2.  Put range riders out.

    I'm a one man operation.  I start at 5 a.m. changing sprinklers, milking a cow, fixing fence, cutting hay, baleing hay, fixing machinery and come in the house when it's  dark.  When do I have time to ride range?   When I do check the cows I have to hop in the pickup and make a quick trip and back to work as fast as possible.
    QUESTION?   Who pays for the range riders?  Will this actually work since wolves are nocturnal mostly?  My cows don't all stay together so do we get several guys to chase each bunch around?  Are there actually people that will do this type of  thing for practically no money for long periods of time?  Do these ranger rides wear head lamps so they can ride at night?

3.  Get guard dogs
    Wolves eat dogs.  Dogs will stay with sheep perty good but you have to check in with them several times a day to feed and water them.  Would need several dogs (really big mean dogs) to protect cattle from wolves.  When my cows split up how will my dogs  know which bunch to go with?  Will dogs stay with cattle day and night?  Who buys  and trains the dogs?  This idea works great in Ireland where its all open country and with sheep that are brought in every night.  Would never work with cattle, besides, "wolves eat dogs".  Won't work.

4.  Use moveable fencing.

   How much time do I have to move moveable fencing consisting of several miles of fence every day.  A wolf proof fence might work on a corral but out on these rugged wooded mountains is out of the question.  Who buys this multmillion dollar fencing for me and who moves it every day?  Who actually is going to move this fencing regularly and who pays this Paul Bunyan to move it?

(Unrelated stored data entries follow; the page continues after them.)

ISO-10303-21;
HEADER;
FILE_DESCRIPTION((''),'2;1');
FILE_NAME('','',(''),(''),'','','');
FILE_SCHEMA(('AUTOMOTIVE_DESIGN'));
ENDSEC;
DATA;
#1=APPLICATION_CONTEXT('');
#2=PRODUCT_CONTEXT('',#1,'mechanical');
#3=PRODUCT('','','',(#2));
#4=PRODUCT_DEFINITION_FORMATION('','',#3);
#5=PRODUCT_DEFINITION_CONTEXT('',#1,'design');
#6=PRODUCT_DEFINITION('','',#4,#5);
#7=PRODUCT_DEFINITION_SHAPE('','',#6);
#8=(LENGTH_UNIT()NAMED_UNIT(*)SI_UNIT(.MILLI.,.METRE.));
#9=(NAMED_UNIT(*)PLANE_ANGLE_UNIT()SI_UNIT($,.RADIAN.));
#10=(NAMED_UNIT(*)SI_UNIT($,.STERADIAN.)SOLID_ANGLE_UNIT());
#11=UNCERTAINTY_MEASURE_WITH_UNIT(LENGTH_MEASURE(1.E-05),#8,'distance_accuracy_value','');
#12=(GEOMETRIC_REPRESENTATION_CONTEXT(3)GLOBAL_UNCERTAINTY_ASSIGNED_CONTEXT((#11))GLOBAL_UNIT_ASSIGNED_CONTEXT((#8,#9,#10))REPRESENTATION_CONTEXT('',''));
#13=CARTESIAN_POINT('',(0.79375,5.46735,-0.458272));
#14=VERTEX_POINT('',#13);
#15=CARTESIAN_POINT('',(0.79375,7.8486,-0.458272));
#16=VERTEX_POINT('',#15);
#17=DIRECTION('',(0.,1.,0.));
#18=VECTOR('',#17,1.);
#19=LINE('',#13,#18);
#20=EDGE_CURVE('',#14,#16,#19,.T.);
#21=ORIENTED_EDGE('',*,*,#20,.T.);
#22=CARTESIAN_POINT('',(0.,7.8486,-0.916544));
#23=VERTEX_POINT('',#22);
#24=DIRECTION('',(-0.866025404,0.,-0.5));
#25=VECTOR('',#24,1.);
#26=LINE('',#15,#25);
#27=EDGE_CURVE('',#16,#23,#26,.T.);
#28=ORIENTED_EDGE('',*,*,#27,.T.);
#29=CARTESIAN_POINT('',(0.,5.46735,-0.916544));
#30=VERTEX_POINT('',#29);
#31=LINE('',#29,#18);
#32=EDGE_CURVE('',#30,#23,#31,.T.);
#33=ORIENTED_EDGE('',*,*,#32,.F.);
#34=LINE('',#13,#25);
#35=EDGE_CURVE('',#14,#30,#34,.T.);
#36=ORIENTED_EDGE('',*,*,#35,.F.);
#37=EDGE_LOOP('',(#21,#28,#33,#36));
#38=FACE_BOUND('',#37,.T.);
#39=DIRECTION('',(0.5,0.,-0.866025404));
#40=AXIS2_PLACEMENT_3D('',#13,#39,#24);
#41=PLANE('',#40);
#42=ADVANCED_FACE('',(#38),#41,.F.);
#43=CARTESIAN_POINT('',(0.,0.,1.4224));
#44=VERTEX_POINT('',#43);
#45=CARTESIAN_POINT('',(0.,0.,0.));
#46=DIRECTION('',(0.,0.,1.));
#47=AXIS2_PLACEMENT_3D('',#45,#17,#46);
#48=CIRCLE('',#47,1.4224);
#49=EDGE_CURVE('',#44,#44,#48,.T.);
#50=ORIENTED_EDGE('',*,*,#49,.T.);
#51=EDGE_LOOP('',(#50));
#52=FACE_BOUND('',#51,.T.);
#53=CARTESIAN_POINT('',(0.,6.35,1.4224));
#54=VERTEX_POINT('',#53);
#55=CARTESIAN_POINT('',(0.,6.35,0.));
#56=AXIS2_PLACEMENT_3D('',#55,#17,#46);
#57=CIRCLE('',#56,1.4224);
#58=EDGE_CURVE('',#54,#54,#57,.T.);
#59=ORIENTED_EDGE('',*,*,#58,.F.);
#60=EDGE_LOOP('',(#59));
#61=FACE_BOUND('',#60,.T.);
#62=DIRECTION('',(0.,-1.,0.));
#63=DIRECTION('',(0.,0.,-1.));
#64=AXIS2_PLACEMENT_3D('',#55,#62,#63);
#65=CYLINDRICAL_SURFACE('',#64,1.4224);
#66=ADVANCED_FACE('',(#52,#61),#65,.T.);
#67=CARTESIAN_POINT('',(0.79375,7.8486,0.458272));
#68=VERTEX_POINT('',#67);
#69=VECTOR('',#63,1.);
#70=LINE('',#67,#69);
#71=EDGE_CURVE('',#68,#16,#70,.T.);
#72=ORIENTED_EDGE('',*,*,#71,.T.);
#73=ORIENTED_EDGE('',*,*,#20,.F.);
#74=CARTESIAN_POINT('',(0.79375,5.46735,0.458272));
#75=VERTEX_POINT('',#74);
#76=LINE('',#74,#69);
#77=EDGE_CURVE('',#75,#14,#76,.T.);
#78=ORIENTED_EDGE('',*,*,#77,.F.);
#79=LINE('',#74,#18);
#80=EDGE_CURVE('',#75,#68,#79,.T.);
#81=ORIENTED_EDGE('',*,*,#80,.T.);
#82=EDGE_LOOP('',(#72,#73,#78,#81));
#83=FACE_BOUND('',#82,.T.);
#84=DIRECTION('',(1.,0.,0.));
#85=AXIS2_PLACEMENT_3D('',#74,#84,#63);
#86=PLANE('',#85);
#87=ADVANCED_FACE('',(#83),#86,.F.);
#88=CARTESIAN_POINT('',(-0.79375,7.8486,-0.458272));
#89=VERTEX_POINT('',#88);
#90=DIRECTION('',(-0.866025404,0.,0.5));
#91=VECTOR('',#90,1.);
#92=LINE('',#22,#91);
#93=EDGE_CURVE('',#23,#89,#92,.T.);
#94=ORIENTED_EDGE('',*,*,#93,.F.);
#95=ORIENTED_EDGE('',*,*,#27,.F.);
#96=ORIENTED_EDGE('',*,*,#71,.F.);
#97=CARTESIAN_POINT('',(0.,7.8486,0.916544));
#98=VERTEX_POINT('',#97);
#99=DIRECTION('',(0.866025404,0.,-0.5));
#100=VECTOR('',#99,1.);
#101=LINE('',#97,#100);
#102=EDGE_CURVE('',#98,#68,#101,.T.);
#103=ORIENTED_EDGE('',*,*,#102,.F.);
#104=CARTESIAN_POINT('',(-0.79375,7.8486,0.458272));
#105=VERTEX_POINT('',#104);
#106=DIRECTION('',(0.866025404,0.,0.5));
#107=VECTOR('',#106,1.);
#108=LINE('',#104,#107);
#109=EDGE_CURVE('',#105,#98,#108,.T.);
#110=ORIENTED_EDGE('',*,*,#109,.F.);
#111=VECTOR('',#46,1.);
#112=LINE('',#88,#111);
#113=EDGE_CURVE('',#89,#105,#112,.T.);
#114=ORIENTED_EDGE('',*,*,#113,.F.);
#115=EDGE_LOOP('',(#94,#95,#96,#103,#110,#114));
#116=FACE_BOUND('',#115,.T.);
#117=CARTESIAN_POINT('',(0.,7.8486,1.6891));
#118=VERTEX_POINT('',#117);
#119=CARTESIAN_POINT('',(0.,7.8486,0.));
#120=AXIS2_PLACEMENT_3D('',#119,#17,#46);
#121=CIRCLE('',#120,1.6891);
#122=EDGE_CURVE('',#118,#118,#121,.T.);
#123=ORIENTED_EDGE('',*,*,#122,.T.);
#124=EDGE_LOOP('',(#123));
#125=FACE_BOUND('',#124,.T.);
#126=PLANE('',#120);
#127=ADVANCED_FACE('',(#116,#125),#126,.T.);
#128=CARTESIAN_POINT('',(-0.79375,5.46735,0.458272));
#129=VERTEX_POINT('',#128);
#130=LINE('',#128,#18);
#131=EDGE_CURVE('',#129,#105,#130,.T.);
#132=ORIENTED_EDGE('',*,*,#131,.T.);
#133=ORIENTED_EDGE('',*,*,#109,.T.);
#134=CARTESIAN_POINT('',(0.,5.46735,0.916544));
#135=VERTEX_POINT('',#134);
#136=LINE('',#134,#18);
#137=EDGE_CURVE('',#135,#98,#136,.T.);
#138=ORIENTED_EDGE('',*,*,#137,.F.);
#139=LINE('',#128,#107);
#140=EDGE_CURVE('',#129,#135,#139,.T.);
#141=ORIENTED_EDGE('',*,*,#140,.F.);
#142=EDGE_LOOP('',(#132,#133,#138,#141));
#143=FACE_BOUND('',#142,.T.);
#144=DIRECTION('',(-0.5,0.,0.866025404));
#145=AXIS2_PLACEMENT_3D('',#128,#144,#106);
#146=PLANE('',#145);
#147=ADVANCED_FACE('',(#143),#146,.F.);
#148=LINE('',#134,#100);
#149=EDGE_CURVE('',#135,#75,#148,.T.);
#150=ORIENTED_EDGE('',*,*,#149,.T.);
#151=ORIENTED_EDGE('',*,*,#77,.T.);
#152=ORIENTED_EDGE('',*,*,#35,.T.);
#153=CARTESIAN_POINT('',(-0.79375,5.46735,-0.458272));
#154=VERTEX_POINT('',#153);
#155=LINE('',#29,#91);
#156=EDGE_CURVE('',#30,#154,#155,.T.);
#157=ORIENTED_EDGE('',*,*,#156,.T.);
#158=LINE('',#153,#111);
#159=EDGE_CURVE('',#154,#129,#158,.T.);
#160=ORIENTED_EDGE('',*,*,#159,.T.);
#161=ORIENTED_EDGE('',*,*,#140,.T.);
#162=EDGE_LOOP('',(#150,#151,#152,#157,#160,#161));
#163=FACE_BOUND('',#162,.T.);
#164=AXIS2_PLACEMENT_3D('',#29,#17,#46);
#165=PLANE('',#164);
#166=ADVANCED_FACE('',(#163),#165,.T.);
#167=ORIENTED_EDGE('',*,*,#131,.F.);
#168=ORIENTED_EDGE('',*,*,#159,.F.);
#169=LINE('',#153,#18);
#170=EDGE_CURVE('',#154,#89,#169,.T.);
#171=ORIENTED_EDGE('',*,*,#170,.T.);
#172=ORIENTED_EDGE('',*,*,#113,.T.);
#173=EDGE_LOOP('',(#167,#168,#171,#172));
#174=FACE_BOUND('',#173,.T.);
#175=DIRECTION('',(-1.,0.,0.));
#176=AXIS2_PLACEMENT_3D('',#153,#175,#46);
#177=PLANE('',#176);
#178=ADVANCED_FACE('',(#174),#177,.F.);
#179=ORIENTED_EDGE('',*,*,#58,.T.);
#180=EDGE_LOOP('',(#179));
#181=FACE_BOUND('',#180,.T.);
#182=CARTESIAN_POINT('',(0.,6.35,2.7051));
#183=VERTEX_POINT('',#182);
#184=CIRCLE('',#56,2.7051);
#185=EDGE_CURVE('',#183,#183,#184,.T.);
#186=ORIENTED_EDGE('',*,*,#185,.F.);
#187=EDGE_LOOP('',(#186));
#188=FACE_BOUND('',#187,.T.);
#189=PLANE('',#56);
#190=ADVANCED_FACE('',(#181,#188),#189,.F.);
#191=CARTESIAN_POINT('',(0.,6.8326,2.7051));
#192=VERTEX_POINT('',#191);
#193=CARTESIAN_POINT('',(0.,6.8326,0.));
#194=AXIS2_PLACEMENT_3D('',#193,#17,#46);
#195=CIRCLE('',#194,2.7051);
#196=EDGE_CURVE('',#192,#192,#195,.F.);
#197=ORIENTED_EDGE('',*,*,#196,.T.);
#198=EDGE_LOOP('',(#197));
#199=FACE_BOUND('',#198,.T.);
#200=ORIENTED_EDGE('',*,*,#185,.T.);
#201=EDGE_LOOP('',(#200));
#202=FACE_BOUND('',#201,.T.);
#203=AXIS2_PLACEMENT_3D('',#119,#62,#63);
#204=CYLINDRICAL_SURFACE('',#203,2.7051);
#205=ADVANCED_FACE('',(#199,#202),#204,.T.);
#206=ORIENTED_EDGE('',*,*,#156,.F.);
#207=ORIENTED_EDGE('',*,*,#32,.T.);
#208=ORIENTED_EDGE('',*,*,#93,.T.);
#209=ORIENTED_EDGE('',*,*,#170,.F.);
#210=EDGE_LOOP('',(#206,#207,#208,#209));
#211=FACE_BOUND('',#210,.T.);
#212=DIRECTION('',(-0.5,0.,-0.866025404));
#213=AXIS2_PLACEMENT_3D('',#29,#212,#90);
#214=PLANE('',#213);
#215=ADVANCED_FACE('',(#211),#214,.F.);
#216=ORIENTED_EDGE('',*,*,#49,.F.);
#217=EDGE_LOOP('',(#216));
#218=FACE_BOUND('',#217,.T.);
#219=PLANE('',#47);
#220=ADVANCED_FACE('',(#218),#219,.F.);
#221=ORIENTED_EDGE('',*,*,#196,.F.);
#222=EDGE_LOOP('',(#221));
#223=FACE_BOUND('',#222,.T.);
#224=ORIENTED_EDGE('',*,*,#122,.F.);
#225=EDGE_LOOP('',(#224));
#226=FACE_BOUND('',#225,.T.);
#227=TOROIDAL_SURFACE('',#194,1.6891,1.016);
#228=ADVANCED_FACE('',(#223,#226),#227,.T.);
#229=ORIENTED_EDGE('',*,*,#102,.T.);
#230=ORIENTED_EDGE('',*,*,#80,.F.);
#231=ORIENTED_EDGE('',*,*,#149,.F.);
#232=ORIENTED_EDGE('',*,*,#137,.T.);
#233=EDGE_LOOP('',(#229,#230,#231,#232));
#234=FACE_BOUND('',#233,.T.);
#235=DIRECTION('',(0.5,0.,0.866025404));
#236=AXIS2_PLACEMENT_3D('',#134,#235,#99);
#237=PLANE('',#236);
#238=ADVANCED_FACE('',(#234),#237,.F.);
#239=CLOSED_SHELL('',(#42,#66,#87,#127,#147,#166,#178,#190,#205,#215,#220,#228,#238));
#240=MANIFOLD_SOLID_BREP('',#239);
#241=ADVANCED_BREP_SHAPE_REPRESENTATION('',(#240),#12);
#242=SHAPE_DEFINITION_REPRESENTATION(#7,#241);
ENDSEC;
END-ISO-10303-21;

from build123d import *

# Parameters (mm, degrees)
SKETCH1_R           = 1.4224
BOSS_EXTRUDE1_DEPTH = 6.35
SKETCH2_R           = 2.7051
BOSS_EXTRUDE2_DEPTH = 1.4986
FILLET1_R           = 1.016
CUT_EXTRUDE1_DEPTH  = 2.38125


with BuildPart() as part:
    # Sketch1 → Boss-Extrude1 (new body)
    with BuildSketch(Plane(origin=(0, 0, 0), x_dir=(1, 0, 0), z_dir=(0, 1, 0))):
        Circle(SKETCH1_R)
    extrude(amount=BOSS_EXTRUDE1_DEPTH)

    # Sketch2 → Boss-Extrude2 (add)
    with BuildSketch(Plane(origin=(0, 6.35, 0), x_dir=(1, 0, 0), z_dir=(0, 1, 0))):
        Circle(SKETCH2_R)
    extrude(amount=BOSS_EXTRUDE2_DEPTH)

    # Fillet1
    fillet1_edges = [part.edges().sort_by_distance(p)[0] for p in [
        (-2.7051, 7.8486, 0),
    ]]
    fillet(fillet1_edges, radius=FILLET1_R)

    # Sketch3 → Cut-Extrude1 (cut)
    with BuildSketch(Plane(origin=(0, 7.8486, 0), x_dir=(1, 0, 0), z_dir=(0, 1, 0))):
        Polygon((0, 0.916543552), (-0.79375, 0.458271776), (-0.79375, -0.458271776), (0, -0.916543552), (0.79375, -0.458271776), (0.79375, 0.458271776), align=None)
    extrude(amount=-CUT_EXTRUDE1_DEPTH, mode=Mode.SUBTRACT)


solid = part.part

5.  Bring animals in at night.

  It only takes about a day to round up my cattle on my small place sometimes 2.  How can I bring them in every night if it takes all day to bring them in just once?  So if I'm bringing in my cows every day for the nights stay in my corral, who changes my sprinklers, milks the cow, fixes my fences, cuts and bales the hay, fixes my junk equpment?  Who pays for all this?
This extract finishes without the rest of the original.